**WHAT IS EXPECTED:** Please copy out the entries below exactly, beginning with the line that contains "#98=CARTESIAN_POINT('',(-2.833439,2.749631,28.592139));" and ending with the line that contains "#102=CARTESIAN_POINT('',(-2.342815,2.749631,28.928205));", and include nothing outside that span.
+ + + +
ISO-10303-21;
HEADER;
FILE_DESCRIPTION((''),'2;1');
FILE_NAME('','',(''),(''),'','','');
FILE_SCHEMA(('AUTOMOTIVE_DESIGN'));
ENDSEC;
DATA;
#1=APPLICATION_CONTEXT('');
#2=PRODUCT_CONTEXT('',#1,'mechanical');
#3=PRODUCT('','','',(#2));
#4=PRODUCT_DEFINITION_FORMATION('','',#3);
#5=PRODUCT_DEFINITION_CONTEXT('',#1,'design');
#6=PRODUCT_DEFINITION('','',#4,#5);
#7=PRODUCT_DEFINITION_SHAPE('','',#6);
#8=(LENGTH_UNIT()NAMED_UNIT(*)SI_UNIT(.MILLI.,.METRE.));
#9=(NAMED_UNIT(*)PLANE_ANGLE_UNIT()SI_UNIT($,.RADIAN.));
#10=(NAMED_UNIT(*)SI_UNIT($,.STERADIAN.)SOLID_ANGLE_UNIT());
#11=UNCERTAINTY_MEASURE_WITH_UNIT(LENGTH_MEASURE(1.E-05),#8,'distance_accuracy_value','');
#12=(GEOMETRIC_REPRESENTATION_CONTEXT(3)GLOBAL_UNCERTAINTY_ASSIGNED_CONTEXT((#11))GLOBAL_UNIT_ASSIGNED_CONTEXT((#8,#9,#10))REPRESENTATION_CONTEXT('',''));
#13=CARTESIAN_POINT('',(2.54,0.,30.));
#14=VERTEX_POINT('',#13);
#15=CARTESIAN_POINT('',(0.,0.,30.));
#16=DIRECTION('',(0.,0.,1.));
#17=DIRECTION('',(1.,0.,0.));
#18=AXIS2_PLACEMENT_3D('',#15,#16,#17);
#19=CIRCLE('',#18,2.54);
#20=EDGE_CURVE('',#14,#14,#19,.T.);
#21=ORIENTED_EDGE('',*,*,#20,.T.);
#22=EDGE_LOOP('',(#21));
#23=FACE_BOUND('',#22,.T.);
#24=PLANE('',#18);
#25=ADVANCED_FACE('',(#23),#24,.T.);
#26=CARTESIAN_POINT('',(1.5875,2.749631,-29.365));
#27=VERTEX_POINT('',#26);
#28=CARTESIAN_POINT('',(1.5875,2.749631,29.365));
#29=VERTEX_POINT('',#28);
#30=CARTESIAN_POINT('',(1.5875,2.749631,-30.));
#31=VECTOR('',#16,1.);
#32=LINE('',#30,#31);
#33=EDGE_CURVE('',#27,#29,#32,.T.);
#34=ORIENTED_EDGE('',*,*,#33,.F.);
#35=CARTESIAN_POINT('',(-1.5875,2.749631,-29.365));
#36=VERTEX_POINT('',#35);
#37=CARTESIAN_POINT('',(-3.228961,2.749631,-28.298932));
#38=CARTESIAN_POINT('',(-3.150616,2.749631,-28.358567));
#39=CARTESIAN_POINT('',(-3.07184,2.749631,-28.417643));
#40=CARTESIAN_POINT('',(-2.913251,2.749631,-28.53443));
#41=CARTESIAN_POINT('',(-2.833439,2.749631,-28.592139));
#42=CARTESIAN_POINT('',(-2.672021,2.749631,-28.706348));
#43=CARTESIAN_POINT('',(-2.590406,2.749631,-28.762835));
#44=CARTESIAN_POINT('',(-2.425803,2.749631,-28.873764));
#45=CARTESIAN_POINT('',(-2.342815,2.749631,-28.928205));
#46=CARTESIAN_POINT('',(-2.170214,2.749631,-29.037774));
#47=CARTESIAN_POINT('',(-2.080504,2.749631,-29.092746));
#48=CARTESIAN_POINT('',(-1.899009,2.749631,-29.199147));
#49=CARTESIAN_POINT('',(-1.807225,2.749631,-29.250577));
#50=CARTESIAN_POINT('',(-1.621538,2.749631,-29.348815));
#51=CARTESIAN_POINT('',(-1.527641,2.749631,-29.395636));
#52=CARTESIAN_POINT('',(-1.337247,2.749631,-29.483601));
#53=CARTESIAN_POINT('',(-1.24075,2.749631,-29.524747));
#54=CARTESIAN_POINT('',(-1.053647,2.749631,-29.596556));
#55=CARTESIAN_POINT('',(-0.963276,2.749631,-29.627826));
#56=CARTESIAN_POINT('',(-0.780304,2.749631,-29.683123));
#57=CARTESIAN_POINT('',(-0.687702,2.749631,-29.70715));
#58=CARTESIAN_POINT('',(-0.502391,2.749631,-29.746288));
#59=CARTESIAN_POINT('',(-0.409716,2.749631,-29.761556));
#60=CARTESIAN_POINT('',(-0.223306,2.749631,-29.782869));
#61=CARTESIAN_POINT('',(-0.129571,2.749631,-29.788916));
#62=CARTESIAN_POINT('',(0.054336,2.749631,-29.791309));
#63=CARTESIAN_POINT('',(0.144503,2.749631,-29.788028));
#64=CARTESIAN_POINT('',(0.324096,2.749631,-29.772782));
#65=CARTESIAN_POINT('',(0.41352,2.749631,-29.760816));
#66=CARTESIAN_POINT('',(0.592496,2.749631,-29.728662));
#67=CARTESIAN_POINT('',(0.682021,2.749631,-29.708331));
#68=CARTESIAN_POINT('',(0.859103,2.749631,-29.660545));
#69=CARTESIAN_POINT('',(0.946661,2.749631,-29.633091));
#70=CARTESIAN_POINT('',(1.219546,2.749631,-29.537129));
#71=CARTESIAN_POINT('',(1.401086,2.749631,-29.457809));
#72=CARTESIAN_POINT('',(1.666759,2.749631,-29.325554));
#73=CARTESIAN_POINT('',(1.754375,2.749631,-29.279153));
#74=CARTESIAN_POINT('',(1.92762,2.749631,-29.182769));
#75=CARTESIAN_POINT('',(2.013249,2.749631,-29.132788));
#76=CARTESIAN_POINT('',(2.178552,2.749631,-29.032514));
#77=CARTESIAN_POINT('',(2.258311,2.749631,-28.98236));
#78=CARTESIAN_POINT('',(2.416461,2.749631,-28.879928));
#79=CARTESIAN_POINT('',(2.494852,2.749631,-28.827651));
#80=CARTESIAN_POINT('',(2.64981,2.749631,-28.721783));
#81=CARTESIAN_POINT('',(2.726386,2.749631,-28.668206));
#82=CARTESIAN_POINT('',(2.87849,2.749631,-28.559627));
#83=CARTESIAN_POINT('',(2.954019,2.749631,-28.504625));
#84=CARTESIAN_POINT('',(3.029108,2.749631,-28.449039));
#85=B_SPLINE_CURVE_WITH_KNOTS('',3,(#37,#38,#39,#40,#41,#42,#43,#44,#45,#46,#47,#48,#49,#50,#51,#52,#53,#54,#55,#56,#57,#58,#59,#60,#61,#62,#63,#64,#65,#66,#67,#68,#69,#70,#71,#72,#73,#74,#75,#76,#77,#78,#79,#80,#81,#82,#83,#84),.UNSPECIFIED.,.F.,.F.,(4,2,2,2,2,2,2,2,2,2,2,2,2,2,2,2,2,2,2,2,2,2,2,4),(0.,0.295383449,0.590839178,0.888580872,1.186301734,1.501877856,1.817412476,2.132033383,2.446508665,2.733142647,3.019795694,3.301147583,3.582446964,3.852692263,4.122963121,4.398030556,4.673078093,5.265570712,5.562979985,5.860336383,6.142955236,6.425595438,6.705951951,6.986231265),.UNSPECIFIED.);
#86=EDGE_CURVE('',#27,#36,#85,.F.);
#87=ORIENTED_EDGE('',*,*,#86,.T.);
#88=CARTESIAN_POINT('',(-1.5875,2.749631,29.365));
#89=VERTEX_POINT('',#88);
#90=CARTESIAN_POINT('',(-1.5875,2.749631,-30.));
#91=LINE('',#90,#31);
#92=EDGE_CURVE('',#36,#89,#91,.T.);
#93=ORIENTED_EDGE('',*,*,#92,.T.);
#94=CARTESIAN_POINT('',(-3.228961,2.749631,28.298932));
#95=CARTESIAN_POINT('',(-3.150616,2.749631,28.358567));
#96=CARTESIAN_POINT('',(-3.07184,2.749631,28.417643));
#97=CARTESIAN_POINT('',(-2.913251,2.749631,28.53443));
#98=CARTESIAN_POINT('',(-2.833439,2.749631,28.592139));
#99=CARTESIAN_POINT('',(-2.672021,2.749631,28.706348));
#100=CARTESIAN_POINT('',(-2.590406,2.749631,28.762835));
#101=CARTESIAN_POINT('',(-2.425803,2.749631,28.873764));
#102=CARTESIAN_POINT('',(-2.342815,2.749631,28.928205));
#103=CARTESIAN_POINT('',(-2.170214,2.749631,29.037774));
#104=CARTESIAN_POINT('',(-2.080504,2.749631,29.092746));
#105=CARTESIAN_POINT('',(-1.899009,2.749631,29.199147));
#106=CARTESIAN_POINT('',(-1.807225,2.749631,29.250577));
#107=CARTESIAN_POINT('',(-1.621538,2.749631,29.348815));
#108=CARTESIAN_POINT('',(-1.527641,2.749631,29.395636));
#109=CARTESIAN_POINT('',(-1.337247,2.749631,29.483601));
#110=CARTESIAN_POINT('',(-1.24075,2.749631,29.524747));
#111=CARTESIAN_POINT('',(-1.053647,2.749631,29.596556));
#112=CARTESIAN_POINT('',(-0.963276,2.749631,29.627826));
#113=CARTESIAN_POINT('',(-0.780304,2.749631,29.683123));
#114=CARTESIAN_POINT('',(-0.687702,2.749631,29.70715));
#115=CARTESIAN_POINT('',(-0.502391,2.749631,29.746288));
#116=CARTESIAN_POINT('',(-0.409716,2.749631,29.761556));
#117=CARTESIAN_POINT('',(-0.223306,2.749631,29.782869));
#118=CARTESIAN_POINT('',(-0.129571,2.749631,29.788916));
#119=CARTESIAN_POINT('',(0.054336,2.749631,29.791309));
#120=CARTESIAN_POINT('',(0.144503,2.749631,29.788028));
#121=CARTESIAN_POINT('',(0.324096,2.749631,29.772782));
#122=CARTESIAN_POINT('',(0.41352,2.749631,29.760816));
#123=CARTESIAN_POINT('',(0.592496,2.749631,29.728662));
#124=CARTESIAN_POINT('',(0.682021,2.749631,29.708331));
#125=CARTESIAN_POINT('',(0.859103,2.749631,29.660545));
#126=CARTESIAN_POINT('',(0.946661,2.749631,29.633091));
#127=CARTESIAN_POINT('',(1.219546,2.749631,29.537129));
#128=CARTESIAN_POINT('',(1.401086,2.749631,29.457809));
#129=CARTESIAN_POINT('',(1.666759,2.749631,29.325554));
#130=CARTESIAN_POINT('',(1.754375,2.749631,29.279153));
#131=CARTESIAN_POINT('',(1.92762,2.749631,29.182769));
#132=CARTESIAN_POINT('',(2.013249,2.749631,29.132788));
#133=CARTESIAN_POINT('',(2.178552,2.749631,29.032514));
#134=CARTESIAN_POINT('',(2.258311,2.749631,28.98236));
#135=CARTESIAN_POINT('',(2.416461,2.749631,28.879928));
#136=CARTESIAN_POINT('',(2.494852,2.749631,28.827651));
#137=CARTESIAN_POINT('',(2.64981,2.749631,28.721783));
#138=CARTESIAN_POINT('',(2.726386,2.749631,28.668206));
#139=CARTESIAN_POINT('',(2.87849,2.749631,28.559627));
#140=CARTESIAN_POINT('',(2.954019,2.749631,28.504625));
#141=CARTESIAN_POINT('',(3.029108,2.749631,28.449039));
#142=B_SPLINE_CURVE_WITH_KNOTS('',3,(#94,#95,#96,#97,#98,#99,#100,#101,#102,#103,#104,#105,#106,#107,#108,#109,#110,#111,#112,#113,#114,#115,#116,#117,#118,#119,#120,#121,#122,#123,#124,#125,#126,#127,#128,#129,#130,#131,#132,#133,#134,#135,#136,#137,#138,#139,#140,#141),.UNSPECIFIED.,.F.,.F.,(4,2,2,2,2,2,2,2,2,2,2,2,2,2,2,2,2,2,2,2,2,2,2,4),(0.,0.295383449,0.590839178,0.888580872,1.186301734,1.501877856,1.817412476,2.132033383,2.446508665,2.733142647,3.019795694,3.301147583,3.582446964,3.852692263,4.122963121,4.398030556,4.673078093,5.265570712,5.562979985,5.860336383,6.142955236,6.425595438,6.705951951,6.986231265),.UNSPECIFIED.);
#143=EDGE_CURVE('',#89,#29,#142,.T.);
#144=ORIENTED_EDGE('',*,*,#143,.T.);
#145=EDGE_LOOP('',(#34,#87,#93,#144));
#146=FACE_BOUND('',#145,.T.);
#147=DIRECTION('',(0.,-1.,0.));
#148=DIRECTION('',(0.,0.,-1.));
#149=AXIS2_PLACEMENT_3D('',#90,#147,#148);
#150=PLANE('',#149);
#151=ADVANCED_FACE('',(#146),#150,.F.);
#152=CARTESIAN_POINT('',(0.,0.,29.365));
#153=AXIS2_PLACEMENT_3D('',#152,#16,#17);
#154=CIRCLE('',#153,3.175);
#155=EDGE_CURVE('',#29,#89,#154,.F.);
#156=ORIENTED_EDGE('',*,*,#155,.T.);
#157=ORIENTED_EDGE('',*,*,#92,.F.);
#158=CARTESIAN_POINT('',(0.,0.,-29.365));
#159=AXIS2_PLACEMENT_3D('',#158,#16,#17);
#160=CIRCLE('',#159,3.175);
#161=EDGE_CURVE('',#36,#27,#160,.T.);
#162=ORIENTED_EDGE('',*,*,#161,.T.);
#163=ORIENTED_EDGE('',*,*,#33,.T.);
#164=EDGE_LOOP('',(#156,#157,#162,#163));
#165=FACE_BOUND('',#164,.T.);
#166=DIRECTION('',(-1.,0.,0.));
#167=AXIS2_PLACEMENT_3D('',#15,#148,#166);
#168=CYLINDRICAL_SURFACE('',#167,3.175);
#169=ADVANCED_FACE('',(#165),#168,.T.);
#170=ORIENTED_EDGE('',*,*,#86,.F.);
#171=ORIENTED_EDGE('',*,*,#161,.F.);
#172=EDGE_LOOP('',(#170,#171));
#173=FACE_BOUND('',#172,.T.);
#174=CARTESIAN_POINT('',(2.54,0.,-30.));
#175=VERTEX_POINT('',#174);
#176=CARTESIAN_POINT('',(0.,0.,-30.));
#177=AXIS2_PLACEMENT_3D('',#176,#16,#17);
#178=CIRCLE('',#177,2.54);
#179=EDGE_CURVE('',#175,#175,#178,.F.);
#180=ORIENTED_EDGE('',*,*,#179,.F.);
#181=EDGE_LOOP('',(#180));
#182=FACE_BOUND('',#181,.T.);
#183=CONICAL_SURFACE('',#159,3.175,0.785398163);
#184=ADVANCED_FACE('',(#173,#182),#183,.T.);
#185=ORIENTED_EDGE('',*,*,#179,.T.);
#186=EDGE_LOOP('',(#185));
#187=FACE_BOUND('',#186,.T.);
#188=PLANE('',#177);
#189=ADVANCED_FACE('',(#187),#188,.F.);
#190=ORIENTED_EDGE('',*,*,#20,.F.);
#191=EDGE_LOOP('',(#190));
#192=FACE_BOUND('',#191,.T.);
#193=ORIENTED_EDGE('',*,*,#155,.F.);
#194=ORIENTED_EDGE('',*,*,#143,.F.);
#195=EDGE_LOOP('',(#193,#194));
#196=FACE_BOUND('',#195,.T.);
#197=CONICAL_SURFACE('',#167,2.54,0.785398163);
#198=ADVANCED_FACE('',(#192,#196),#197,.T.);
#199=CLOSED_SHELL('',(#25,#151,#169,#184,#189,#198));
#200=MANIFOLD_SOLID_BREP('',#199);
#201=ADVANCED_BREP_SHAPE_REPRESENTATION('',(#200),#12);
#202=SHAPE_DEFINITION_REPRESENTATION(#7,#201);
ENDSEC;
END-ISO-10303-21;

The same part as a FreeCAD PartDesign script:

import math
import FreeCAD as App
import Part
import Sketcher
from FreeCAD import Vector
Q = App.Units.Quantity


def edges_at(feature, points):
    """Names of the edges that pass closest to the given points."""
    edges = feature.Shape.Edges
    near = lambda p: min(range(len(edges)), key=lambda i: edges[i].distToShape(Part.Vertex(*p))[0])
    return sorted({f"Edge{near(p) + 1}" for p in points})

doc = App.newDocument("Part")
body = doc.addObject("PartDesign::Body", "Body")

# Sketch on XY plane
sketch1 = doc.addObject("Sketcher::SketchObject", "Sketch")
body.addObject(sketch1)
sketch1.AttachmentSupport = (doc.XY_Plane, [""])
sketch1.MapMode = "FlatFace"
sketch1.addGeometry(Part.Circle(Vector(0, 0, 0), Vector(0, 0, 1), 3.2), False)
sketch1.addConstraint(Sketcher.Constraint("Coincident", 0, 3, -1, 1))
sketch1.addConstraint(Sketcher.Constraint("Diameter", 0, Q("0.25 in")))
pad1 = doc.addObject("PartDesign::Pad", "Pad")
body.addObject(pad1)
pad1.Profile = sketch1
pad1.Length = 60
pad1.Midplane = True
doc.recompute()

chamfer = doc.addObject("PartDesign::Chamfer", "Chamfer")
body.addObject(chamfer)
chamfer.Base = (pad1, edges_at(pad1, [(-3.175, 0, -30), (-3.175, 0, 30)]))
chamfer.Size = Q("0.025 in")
+ + + +
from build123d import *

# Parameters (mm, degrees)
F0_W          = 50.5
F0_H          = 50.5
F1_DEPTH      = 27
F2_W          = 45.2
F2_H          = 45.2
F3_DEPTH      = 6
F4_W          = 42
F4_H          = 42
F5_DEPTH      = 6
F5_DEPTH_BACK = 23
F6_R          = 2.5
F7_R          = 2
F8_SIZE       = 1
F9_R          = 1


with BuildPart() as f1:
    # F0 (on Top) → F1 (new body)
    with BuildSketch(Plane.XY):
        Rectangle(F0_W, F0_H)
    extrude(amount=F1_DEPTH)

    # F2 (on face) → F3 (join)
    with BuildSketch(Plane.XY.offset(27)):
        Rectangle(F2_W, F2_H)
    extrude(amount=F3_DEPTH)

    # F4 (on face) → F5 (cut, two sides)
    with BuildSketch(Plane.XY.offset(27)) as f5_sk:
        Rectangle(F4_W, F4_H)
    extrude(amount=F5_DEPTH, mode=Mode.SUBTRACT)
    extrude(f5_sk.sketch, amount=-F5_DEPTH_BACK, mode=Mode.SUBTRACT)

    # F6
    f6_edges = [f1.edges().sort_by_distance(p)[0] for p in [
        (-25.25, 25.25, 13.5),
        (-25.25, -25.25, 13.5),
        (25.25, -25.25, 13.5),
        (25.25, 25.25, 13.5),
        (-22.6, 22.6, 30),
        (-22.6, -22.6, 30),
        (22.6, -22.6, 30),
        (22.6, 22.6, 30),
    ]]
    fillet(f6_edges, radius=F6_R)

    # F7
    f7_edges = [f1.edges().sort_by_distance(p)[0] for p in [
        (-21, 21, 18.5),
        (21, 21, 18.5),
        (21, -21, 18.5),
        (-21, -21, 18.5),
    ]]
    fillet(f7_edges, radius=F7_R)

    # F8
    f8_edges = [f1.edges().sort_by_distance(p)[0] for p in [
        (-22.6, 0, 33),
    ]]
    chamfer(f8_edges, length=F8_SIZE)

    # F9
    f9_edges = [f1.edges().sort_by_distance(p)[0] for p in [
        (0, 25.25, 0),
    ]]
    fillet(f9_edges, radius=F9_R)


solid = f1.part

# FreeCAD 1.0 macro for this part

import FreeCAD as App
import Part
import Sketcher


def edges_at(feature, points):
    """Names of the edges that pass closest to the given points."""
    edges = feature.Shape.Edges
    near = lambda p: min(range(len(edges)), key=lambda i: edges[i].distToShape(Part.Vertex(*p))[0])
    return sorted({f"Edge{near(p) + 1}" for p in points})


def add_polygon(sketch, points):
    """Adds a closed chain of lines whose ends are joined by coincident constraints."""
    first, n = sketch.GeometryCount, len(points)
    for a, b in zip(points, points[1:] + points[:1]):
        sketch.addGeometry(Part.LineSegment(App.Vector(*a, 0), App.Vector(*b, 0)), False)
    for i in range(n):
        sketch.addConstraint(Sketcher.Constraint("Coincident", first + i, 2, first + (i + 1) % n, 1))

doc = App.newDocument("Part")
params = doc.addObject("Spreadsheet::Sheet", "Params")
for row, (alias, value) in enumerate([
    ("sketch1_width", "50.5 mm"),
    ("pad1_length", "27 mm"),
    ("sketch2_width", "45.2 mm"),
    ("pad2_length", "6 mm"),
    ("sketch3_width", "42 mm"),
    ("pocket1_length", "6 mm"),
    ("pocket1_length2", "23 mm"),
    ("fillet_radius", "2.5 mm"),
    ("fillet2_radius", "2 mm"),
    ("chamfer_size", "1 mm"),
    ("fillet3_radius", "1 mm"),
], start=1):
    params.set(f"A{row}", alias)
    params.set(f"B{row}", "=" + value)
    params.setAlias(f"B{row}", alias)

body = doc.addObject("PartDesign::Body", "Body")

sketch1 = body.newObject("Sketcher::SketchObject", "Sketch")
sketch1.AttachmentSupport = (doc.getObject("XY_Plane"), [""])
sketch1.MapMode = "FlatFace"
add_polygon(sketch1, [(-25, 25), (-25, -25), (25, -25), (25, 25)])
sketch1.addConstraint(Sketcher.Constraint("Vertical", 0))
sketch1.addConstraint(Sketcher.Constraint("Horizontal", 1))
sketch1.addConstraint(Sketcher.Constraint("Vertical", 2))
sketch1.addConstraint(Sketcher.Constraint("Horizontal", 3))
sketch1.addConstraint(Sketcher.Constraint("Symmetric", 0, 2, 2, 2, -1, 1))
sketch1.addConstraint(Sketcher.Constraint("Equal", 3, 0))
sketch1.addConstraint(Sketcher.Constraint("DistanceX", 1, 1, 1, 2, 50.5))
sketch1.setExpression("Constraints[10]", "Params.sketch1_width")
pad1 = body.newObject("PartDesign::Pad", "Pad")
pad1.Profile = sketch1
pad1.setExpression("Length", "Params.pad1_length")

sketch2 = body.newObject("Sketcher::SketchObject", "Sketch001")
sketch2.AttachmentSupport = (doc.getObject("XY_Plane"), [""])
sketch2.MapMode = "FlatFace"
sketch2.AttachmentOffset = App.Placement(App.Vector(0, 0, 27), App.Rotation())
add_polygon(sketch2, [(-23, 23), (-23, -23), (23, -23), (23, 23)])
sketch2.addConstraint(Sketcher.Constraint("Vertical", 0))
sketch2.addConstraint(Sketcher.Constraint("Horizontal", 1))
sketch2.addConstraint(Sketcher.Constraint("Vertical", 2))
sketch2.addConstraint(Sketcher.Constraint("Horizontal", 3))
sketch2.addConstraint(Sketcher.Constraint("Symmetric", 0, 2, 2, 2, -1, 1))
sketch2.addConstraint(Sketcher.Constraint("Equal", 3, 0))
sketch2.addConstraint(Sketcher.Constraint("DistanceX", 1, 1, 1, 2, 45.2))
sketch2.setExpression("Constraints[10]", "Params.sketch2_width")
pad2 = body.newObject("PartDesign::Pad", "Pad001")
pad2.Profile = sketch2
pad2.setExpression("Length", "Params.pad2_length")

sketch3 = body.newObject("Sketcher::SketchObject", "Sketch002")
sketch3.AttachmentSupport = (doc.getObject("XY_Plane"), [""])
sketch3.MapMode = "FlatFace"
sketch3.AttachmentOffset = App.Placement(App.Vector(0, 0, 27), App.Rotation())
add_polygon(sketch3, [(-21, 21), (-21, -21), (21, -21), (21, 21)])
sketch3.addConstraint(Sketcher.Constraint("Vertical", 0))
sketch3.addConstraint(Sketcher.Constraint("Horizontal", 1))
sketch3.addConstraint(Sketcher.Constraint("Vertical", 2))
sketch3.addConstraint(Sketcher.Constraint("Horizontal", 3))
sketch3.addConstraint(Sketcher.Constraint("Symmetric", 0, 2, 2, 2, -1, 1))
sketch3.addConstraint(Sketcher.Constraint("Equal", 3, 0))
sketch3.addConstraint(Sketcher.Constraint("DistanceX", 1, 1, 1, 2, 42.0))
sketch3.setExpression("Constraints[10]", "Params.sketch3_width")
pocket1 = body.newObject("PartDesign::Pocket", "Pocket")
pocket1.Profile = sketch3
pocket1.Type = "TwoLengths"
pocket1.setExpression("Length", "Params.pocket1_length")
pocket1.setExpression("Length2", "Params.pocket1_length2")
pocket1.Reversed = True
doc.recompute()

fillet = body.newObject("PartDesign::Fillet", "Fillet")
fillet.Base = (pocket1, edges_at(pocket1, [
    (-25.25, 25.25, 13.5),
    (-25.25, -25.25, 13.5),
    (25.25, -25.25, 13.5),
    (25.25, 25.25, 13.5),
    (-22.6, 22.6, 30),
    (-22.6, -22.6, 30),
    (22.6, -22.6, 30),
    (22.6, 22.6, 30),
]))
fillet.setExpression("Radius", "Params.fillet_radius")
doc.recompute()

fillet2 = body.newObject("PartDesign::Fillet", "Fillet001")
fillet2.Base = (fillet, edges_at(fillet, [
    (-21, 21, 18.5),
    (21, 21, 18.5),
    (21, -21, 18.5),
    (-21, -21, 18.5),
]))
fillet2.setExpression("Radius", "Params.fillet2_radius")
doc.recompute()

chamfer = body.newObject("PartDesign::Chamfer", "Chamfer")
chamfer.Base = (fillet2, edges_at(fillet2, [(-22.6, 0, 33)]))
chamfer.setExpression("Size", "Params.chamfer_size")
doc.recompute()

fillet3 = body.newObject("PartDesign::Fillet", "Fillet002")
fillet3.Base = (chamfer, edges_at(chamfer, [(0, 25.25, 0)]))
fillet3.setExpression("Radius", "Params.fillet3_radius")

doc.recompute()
+ + + +
**TASK OUTPUT:**
#98=CARTESIAN_POINT('',(-2.833439,2.749631,28.592139));
#99=CARTESIAN_POINT('',(-2.672021,2.749631,28.706348));
#100=CARTESIAN_POINT('',(-2.590406,2.749631,28.762835));
#101=CARTESIAN_POINT('',(-2.425803,2.749631,28.873764));
#102=CARTESIAN_POINT('',(-2.342815,2.749631,28.928205));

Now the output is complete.